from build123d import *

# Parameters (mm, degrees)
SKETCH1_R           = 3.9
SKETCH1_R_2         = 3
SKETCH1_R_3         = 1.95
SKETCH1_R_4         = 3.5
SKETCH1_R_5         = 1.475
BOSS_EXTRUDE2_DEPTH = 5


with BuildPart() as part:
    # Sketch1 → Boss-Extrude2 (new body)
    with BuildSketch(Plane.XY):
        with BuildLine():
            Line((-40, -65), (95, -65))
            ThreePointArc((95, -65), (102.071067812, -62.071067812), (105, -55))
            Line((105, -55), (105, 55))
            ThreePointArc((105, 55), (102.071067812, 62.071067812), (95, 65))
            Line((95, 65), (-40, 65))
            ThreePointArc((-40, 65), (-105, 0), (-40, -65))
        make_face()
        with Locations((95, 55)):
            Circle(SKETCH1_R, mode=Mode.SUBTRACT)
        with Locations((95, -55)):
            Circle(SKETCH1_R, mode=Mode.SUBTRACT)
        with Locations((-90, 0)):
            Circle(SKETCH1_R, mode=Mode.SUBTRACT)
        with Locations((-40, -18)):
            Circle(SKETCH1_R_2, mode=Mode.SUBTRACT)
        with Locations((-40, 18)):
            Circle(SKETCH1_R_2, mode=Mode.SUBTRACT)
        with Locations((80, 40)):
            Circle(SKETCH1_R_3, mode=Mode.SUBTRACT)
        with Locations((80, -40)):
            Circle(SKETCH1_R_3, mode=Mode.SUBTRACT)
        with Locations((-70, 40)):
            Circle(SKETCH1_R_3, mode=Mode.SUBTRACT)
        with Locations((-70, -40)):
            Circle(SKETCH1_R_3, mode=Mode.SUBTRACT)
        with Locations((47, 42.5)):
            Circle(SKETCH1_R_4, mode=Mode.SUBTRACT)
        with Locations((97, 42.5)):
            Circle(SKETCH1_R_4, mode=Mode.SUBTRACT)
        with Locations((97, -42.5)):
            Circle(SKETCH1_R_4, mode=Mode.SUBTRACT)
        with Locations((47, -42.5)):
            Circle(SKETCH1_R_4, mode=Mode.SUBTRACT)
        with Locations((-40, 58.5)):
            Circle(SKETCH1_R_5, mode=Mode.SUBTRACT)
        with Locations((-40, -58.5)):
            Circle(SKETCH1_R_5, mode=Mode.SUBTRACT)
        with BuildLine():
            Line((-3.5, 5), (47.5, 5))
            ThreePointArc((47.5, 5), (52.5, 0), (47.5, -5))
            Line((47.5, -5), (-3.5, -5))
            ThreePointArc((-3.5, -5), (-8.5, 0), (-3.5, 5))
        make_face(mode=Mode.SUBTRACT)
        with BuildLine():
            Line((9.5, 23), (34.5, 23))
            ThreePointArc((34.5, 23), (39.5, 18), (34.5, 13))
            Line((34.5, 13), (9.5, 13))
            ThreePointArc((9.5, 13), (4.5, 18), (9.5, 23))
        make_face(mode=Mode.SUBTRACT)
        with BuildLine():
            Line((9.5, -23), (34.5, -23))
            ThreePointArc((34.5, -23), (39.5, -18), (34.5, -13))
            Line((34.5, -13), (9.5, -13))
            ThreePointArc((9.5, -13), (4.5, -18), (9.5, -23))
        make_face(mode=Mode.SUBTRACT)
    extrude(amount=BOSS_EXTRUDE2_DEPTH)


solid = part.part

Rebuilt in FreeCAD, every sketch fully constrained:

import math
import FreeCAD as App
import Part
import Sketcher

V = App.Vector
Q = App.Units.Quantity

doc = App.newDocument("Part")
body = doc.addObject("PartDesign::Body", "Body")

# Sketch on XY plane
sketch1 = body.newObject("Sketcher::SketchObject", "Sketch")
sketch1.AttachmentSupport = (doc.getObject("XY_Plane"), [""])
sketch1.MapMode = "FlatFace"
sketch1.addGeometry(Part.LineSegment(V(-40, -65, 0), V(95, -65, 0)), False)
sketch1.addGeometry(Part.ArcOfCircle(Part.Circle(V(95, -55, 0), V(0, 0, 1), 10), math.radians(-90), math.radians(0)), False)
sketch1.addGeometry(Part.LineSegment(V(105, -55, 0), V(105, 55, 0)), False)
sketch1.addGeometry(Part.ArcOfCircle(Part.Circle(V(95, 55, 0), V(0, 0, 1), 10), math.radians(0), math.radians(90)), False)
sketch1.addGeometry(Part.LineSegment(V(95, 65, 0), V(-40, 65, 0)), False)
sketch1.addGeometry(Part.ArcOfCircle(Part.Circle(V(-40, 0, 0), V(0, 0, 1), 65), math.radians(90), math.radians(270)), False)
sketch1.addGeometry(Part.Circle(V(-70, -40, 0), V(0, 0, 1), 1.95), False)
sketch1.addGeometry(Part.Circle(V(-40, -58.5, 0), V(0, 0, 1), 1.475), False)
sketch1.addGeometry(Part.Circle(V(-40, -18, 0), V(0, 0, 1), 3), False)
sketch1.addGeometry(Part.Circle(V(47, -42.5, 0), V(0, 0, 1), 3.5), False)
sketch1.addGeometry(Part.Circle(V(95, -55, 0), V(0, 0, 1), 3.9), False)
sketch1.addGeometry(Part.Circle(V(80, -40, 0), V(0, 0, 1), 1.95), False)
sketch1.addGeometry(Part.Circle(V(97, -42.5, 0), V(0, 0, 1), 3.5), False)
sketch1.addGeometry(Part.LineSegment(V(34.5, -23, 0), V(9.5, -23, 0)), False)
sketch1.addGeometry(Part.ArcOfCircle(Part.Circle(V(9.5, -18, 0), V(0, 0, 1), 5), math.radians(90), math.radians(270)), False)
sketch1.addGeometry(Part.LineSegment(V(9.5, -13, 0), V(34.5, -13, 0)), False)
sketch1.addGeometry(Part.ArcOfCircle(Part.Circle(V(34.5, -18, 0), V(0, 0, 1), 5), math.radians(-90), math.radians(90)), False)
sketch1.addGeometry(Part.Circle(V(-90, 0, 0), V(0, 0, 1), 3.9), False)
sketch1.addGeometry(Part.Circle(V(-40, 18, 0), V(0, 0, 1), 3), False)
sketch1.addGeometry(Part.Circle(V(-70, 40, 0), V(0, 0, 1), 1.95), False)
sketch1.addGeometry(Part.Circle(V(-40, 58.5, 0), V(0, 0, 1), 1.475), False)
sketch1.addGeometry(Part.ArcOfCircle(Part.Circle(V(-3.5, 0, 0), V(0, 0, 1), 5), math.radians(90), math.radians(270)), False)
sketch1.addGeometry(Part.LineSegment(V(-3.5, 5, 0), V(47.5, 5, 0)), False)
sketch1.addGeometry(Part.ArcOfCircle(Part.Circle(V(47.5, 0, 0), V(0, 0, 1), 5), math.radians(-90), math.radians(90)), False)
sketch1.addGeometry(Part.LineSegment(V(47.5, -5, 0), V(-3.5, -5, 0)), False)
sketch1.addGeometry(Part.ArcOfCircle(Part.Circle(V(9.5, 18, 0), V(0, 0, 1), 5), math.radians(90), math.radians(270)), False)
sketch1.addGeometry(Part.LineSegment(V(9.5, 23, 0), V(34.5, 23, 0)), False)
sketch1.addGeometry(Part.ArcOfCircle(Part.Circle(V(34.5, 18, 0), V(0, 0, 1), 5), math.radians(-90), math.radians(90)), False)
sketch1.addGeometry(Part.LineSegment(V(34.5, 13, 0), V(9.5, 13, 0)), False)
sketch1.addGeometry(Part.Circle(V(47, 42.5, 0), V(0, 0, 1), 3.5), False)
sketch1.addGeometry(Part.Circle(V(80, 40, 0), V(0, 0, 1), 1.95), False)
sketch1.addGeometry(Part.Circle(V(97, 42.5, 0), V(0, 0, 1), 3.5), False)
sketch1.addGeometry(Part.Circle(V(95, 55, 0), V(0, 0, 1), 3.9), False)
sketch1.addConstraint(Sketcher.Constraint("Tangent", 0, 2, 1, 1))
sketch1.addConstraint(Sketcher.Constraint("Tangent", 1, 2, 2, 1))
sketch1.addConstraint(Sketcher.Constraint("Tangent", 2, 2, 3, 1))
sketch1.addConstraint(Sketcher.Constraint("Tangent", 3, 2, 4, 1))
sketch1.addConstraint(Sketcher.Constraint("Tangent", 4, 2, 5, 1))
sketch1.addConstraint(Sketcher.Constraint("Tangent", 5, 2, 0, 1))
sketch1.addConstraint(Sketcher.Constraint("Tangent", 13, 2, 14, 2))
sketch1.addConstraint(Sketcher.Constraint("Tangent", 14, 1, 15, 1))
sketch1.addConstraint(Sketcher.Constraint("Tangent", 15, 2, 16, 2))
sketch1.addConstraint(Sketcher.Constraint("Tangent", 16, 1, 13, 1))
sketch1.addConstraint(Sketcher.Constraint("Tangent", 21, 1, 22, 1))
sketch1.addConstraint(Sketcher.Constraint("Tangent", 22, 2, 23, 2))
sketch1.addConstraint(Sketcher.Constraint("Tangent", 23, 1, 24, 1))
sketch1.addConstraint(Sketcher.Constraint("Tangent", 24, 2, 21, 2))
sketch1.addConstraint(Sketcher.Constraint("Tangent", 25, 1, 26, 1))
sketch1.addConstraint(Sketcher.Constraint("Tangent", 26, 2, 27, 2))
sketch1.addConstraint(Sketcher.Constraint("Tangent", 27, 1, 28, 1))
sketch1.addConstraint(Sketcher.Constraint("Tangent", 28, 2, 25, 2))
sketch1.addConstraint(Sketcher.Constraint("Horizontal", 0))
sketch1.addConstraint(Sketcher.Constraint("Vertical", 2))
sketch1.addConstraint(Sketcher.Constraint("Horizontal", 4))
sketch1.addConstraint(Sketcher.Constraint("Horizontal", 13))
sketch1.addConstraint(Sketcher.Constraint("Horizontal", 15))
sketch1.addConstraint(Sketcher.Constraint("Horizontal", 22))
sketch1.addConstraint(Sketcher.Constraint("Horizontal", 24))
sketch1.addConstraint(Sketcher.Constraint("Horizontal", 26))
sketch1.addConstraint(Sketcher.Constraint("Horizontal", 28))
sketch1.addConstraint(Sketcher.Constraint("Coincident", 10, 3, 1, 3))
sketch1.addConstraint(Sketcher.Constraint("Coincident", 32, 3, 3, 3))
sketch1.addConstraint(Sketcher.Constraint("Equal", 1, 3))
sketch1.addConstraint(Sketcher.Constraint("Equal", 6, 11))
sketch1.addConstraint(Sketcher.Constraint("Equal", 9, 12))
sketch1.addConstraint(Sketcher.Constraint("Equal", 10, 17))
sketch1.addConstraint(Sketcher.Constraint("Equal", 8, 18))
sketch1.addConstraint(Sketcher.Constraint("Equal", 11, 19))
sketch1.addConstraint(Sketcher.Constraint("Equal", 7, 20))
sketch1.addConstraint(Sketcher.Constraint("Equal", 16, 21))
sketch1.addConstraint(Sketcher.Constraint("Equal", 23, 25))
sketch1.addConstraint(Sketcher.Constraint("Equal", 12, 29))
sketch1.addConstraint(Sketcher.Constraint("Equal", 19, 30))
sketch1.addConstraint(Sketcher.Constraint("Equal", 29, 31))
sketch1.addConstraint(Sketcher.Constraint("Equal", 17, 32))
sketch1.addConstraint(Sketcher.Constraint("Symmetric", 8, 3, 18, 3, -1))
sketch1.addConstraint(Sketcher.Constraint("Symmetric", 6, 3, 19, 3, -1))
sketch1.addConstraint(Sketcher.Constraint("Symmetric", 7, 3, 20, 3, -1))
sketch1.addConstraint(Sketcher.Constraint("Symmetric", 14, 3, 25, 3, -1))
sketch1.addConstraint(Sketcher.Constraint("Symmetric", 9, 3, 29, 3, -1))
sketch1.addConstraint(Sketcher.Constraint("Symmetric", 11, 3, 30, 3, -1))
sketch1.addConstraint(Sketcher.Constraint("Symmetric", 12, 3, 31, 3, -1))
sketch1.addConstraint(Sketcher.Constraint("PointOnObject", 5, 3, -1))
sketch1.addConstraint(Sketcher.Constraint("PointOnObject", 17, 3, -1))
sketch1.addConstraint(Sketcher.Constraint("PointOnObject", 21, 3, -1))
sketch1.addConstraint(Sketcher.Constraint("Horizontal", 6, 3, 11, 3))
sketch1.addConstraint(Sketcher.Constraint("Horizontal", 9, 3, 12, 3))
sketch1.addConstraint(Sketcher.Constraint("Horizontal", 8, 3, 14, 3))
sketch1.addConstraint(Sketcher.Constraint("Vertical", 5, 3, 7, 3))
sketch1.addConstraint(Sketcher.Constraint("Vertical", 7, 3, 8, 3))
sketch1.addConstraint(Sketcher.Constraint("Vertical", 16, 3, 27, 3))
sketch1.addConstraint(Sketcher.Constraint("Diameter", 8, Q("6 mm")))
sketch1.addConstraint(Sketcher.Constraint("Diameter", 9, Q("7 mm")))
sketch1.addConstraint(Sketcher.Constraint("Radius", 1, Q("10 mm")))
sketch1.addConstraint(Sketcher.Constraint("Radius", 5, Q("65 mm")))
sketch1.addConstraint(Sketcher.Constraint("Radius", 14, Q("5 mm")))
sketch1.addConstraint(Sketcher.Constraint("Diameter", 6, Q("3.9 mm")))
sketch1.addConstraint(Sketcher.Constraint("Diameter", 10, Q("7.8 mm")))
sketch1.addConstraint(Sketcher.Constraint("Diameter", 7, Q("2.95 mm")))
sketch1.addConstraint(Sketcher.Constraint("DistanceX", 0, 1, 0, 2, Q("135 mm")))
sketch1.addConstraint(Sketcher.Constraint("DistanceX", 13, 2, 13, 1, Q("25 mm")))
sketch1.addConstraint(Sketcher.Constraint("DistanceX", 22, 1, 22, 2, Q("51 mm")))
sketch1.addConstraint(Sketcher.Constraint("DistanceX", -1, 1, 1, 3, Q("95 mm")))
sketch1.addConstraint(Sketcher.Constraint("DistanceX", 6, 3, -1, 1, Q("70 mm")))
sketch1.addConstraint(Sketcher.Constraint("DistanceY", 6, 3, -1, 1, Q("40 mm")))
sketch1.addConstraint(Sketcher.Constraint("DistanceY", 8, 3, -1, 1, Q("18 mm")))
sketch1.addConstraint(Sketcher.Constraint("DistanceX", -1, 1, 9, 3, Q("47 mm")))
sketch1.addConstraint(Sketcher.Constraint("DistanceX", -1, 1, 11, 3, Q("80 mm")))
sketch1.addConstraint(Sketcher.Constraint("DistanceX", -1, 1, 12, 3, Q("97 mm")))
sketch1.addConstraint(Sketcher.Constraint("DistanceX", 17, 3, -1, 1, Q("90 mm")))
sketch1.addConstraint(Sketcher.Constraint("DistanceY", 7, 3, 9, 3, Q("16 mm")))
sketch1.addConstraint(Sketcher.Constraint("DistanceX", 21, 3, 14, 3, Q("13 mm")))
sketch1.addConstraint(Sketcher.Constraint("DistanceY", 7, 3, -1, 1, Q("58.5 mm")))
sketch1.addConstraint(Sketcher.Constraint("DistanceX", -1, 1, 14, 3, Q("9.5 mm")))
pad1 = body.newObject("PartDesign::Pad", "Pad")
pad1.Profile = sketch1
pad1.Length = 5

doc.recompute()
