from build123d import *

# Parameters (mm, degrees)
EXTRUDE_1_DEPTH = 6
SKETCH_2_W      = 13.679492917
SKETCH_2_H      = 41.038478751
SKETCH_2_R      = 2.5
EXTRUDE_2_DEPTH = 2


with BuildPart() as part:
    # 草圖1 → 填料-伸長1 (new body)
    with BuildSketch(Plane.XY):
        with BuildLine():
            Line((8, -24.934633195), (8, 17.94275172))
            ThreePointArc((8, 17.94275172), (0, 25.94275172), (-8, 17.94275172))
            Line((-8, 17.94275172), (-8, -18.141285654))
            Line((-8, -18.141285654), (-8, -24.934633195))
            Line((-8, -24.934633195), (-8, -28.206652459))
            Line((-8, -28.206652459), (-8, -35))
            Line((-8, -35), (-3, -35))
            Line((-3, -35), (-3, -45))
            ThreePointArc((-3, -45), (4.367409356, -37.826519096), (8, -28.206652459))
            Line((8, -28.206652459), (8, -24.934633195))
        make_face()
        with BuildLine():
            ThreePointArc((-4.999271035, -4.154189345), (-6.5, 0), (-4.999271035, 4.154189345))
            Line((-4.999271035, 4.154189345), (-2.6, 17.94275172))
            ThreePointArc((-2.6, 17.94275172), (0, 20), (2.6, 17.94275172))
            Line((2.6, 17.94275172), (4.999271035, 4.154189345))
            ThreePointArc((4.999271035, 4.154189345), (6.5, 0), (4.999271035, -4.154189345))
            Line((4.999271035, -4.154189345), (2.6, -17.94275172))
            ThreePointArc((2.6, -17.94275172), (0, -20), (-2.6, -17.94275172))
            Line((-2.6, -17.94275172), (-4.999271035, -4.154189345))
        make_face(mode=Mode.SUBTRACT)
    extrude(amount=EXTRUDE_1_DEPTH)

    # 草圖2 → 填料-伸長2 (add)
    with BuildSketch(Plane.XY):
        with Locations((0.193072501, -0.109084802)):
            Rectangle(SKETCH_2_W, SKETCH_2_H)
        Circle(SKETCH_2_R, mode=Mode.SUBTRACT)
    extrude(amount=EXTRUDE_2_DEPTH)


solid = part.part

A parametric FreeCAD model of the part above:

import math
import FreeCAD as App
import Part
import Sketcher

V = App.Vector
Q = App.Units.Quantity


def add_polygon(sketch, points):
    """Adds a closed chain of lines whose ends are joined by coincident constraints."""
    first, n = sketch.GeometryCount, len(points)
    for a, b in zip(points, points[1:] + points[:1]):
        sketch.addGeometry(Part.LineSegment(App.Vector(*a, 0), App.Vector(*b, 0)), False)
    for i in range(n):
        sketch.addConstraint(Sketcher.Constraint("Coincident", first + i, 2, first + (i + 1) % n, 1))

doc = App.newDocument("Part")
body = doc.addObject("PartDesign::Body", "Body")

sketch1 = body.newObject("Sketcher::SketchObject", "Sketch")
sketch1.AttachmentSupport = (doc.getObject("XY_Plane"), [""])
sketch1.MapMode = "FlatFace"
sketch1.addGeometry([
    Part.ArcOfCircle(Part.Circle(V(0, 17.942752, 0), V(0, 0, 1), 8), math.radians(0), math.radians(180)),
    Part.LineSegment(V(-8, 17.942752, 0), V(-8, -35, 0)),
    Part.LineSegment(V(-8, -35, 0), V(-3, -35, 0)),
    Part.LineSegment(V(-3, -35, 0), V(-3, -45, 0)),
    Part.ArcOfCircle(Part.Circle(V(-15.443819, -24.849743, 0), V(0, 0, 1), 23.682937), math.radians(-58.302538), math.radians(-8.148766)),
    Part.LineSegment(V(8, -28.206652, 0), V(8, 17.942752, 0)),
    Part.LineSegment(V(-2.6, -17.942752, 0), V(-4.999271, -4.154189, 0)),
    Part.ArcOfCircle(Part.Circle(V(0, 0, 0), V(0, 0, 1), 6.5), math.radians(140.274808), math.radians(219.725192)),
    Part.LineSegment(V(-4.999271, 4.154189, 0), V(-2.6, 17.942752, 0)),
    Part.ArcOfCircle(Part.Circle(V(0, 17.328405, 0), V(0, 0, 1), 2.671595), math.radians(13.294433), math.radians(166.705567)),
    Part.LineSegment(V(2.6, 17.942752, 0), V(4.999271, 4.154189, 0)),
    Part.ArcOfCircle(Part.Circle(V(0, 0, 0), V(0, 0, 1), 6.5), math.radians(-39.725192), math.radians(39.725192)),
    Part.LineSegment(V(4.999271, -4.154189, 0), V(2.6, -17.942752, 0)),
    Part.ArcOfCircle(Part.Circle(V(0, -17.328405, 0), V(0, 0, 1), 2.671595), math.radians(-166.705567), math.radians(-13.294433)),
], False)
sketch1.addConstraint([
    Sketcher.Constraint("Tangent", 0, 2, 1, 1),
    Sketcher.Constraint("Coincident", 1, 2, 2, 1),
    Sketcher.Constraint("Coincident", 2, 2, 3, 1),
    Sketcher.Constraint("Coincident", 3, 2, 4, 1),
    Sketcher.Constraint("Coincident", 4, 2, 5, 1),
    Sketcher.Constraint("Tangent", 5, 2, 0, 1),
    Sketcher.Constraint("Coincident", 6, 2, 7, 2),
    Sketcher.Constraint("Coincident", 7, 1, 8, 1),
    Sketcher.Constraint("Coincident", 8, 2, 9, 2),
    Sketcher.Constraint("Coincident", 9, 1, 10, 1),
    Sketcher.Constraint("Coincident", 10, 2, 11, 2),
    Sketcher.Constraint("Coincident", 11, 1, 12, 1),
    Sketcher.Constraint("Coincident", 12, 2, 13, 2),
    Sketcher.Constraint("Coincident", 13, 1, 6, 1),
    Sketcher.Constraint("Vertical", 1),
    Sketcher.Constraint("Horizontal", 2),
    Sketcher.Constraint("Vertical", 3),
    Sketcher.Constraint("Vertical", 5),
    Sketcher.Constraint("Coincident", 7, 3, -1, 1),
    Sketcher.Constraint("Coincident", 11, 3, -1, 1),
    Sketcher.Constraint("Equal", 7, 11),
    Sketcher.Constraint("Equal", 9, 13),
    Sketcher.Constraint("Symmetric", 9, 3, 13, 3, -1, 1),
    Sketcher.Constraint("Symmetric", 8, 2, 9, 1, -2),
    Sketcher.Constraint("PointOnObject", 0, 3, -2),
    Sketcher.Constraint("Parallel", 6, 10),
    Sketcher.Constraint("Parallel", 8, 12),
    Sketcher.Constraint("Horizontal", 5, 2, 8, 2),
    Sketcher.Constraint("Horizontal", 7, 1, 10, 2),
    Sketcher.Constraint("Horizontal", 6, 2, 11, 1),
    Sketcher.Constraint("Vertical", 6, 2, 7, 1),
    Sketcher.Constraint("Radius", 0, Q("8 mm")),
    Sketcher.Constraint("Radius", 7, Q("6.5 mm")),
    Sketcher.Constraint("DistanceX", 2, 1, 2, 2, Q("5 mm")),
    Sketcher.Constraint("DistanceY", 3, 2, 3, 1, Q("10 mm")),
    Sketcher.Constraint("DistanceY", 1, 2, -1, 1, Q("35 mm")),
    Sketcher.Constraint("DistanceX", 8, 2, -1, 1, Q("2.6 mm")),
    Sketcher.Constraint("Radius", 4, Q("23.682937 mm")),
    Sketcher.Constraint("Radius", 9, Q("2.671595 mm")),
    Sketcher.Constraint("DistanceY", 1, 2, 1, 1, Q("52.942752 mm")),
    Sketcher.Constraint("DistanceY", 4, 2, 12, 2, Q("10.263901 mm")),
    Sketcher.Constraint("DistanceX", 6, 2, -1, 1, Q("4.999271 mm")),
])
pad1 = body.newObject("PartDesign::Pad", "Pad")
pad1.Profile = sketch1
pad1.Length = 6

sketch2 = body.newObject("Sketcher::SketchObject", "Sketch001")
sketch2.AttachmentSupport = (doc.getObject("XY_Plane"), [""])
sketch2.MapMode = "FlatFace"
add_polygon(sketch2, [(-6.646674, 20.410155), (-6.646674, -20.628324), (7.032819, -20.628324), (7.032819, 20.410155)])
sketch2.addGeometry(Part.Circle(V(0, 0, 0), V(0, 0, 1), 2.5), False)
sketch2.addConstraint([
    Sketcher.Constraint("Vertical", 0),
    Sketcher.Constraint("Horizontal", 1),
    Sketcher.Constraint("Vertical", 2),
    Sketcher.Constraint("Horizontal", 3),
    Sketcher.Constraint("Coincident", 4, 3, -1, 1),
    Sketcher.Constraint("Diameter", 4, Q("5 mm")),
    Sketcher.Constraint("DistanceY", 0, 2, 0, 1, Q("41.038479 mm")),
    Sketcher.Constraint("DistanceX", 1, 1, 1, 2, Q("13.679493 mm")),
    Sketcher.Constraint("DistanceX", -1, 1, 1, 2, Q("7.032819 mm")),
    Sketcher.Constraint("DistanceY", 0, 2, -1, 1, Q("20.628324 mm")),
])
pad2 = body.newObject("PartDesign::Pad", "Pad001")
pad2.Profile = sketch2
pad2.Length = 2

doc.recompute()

*TASK OBJECTIVE*
In the data above, start at the line that has "ThreePointArc((47.5, 5), (52.5, 0), (47.5, -5))", stop after the line that has "Line((34.5, 13), (9.5, 13))", and print every line in between exactly as it stands.

*TASK RESPONSE*
            ThreePointArc((47.5, 5), (52.5, 0), (47.5, -5))
            Line((47.5, -5), (-3.5, -5))
            ThreePointArc((-3.5, -5), (-8.5, 0), (-3.5, 5))
        make_face(mode=Mode.SUBTRACT)
        with BuildLine():
            Line((9.5, 23), (34.5, 23))
            ThreePointArc((34.5, 23), (39.5, 18), (34.5, 13))
            Line((34.5, 13), (9.5, 13))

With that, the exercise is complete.